“Do we have to cover every bit of it?” grumbles 76-year-old Vivienne Westwood; “It’s so boring.” No.
She doesn’t want to talk about the Sex Pistols. Her strange friendship with Pamela Anderson is glimpsed only through archive footage. And it falls to her son, Joseph Corré, to do the talking about Malcolm McLaren, who casts a formidable shadow across the film, nonetheless.
You’ve heard of an unreliable narrator: trust the commendably testy Vivienne Westwood to be an unreliable subject. Shot over three years, Lorna Tucker’s documentary portrait of the eccentric British fashion designer was just about to be unveiled at this year’s Sundance Film Festival when Westwood issued a statement.
The statement, to use the punkish parlance of Westwood's youth, translated into a two-finger salute: "The Vivienne Westwood documentary set for release this year, Westwood: Punk, Icon, Activist, has been made and produced by a third party and as it stands isn't endorsed by Vivienne Westwood. Lorna Tucker asked to film Vivienne's activism and followed her around for a couple of years, but there's not even five minutes [of] activism in the film, instead there's lots of old fashion footage which is free and available to view online. It's a shame because the film is mediocre, and Vivienne and Andreas are not."
Rollercoaster journey
This last point is indisputable: Vivienne and Andreas Kronthaler, her domestic and design partner for several decades, are anything but mediocre. But she's wrong about Tucker's film, which is at its best when covering Westwood's extraordinary rollercoaster journey from failed housewife to outsider artist to the go-to designer for Carrie's wedding dress in the Sex and the City movie.
The “old fashion footage which is free and available to view online” proves invaluable in reconstructing Westwood’s gradual acceptance (and deification) by the fashion establishment.
Westwood's activism against fracking and climate change may be noble, but it's not as entertaining as watching her ball out an employee over insufficiently large hems.

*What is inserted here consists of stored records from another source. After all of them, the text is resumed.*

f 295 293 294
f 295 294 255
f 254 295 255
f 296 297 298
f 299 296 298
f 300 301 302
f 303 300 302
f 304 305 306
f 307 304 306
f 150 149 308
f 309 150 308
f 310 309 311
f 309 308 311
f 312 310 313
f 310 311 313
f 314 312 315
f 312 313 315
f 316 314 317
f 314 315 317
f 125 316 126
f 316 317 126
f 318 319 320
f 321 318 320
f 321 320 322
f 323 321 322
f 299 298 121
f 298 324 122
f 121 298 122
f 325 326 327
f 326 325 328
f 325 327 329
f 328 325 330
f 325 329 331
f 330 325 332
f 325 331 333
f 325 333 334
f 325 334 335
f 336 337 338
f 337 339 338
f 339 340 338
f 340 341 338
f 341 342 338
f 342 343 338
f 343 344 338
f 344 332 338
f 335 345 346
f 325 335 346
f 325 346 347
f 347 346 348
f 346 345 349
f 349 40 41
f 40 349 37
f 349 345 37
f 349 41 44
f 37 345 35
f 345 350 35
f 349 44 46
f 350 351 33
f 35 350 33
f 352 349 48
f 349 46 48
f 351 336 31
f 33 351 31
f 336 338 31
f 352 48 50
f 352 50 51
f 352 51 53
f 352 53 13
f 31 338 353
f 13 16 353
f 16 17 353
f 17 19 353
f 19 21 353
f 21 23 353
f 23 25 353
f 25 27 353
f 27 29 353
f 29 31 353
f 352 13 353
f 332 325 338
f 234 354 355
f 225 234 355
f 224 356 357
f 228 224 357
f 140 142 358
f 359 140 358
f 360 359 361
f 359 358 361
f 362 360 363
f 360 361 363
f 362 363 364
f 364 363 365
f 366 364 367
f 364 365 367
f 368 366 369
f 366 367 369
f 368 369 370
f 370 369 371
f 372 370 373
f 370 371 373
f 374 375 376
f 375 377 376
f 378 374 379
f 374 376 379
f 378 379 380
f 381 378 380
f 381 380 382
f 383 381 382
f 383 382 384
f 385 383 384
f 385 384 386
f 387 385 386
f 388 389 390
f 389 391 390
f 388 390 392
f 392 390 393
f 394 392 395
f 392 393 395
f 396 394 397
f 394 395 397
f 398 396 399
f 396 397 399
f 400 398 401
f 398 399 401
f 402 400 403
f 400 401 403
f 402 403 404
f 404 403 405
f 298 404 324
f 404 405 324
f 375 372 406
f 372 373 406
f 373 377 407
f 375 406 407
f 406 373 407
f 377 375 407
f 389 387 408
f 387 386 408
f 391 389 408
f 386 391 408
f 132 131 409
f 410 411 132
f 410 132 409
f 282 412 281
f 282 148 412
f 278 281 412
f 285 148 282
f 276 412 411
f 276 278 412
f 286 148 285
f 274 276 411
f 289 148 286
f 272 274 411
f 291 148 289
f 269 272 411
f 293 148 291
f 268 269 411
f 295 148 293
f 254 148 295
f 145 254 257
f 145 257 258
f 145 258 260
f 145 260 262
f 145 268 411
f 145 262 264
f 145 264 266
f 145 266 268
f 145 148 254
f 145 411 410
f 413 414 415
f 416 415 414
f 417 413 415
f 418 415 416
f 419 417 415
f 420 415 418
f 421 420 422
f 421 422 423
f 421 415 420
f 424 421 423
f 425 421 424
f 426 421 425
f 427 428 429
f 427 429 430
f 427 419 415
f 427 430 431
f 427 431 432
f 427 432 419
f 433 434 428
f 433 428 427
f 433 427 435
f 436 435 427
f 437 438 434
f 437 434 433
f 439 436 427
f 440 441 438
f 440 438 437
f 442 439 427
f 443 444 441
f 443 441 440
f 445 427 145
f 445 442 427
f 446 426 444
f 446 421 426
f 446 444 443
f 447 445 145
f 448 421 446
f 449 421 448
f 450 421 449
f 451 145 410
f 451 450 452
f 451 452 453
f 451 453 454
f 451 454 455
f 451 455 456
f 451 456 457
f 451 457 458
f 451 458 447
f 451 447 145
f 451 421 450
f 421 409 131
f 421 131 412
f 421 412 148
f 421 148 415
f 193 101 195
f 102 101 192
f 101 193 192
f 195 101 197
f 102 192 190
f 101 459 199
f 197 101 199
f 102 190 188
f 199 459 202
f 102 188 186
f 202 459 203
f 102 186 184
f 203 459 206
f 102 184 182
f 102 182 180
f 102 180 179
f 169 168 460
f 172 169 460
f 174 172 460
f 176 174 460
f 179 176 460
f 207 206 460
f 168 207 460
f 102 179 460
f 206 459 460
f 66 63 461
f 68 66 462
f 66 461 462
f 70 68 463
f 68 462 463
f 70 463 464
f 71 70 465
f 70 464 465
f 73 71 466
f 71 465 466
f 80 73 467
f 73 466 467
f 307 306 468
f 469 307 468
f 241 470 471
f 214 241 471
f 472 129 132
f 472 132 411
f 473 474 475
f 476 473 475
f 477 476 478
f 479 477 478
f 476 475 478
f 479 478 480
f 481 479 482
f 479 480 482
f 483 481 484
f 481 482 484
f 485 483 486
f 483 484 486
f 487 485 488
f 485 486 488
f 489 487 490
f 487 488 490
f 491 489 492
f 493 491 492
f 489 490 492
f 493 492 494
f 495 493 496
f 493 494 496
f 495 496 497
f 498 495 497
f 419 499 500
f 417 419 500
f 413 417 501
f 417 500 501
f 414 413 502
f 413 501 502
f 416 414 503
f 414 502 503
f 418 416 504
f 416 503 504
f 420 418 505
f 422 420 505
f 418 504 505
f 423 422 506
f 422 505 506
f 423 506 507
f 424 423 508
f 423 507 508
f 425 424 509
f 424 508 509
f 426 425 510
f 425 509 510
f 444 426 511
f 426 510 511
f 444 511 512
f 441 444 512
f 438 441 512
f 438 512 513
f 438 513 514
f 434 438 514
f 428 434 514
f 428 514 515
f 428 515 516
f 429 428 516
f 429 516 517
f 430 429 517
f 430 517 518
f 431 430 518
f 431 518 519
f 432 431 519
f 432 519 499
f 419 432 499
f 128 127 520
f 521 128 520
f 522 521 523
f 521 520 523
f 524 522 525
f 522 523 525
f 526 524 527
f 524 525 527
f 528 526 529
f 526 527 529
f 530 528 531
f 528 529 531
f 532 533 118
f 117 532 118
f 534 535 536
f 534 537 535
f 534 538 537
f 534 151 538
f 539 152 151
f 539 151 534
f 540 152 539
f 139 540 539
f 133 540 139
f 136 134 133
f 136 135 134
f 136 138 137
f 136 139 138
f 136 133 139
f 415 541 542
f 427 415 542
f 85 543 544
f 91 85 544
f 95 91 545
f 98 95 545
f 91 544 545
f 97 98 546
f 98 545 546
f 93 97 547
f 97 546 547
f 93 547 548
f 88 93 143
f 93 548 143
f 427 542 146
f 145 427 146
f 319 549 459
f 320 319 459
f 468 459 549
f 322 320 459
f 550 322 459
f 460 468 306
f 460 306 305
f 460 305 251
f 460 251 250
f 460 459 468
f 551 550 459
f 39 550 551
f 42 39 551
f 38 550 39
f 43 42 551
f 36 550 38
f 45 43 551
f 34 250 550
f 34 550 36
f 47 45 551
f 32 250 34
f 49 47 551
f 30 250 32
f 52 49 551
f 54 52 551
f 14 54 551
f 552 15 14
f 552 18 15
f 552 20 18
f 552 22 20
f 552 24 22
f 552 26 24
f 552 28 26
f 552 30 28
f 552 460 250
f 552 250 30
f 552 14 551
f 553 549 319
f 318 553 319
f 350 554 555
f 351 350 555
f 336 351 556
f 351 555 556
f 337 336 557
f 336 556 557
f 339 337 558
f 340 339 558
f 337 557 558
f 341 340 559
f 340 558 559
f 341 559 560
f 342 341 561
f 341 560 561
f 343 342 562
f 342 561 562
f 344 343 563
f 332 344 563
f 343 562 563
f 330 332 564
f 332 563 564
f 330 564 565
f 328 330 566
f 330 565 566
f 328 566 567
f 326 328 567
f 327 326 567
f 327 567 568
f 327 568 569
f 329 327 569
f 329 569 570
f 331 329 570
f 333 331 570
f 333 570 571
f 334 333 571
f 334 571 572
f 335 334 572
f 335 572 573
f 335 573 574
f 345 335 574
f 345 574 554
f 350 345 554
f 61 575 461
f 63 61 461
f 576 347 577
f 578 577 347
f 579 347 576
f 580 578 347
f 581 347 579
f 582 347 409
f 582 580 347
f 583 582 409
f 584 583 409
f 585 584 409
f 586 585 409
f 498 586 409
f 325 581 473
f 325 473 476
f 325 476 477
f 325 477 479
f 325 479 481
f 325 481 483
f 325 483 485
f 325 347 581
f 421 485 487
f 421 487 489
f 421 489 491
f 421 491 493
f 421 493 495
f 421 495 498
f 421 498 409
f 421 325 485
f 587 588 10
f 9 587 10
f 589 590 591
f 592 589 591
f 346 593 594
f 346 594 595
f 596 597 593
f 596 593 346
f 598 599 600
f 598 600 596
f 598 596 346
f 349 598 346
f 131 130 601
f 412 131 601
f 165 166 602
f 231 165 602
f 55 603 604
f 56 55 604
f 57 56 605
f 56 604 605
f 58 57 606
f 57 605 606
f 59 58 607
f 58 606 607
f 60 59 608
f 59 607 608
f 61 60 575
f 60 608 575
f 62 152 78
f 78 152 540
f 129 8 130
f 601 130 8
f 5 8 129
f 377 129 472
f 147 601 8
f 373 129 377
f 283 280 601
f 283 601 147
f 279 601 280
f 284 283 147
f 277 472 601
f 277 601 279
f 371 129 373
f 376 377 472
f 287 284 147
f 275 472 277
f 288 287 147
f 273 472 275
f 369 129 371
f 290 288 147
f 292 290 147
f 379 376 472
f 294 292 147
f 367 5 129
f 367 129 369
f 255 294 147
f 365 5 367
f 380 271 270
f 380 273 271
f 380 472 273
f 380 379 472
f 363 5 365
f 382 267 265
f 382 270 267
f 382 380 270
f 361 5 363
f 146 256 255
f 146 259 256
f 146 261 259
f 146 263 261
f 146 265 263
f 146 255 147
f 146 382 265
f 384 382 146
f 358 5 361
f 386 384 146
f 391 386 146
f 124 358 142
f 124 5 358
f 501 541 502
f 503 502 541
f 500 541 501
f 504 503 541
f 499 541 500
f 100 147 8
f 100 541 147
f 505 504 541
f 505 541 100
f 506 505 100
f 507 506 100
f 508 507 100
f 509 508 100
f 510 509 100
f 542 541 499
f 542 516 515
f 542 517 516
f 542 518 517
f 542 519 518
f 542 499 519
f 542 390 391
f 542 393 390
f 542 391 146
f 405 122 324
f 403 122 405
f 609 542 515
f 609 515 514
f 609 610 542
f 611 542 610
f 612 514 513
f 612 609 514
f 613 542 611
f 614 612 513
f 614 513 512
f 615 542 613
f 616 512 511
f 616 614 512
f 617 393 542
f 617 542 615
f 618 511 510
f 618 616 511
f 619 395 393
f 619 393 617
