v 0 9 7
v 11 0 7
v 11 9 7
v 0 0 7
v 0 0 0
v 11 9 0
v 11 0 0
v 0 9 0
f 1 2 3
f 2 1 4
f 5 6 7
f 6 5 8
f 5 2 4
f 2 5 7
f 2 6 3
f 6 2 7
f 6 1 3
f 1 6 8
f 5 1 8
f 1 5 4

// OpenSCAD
// Generated by SolidPython 1.0.1 on 2020-07-29 00:46:55


cube(size = [11, 9, 7]);
/***********************************************
*********      SolidPython code:      **********
************************************************
 
# import packages: SolidPython
from solid import *
from solid.utils import *
from itertools import chain, combinations, permutations


class Resize:

    def __init__(self, scad_file):
        self.scad_file = scad_file
        #self.scad_file = import_scad(scad_file)
        # cone/cylinder param:
        self.r1 = 0
        self.r2 = 0
        self.h = 0
        # rectangular prism param:
        self.w = 0
        self.l = 0
        # ellipse param:
        self.r = 0

    # import OpenScad code (file name corresponds to shape)


    # classify shape + parameters
    def assign(self, param1, param2, param3):
        if self.scad_file == 'cone.scad':
            self.r1 = param1
            self.r2 = param2
            self.h = param3
        elif self.scad_file == 'cylinder.scad':
            self.r1 = param1
            self.r2 = param2
            self.h = param3
        elif self.scad_file == 'rectangularPrism.scad':
            self.h = param1
            self.l = param2
            self.w = param3
        else:
            self.r = param1
            self.h = param2

    # resize parameters
    def iterate(self):
        x = range(3, 20, 2)
        i = 1
        if self.scad_file == 'cone.scad':
            tempList = list(permutations(x, 2))
            for temp in tempList:
                param1 = temp[0]
                param2 = temp[1]
                filepath = 'produced_scad_files/' + 'cone' + str(param1) + '_' + str(param2) + '_' + '.scad'
                scad_render_to_file(cylinder(h=param1, r1=param2, r2=0), filepath)

        elif self.scad_file == 'cylinder.scad':
            tempList = list(permutations(x, 3))
            for temp in tempList:
                param1 = temp[0]
                param2 = temp[1]
                filepath = 'produced_scad_files/' + 'cylinder' + str(param1) + '_' + str(param2) + '_' + '.scad'
                scad_render_to_file(cylinder(h=param1, r1=param2, r2=param2), filepath)

        elif self.scad_file == 'rectangularPrism.scad':
            tempList = list(permutations(x, 3))
            for temp in tempList:
                param1 = temp[0]
                param2 = temp[1]
                param3 = temp[2]
                filepath = 'produced_scad_files/' + 'rectangularPrism' + str(param1) + '_' + str(param2) + '_' + str(
                    param3) + '.scad'
                scad_render_to_file(cube(size=(param1, param2, param3)), filepath)

        elif self.scad_file == 'ellipse.scad':
            tempList = list(permutations(x, 4))
            for temp in tempList:
                param1 = temp[0]
                param2 = temp[1]
                param3 = temp[2]
                param4 = temp[3]
                filepath = 'produced_scad_files/' + 'ellipse' + str(param1) + '_' + str(param2) + '_' + str(param3) + '_' + str(param4) + '.scad'
                scad_render_to_file(scale([param1, param2, param3])(sphere(r=param4)), filepath)

    def render_to_scadfile(self):
        scad_render_to_file(scad, 'example.scad') 
 
************************************************/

And it can't possibly compete with the greatest hits. Footage from a 1988 appearance on Wogan – later parodied by Alan Patridge – in which her designs inspire hoots of laughter from the audience, remains TV gold.
A Bolero-scored montage of her catwalk creations of the years is delightful. And Vivienne, for all her recalcitrance, is fine company. There really is nothing like a Dame.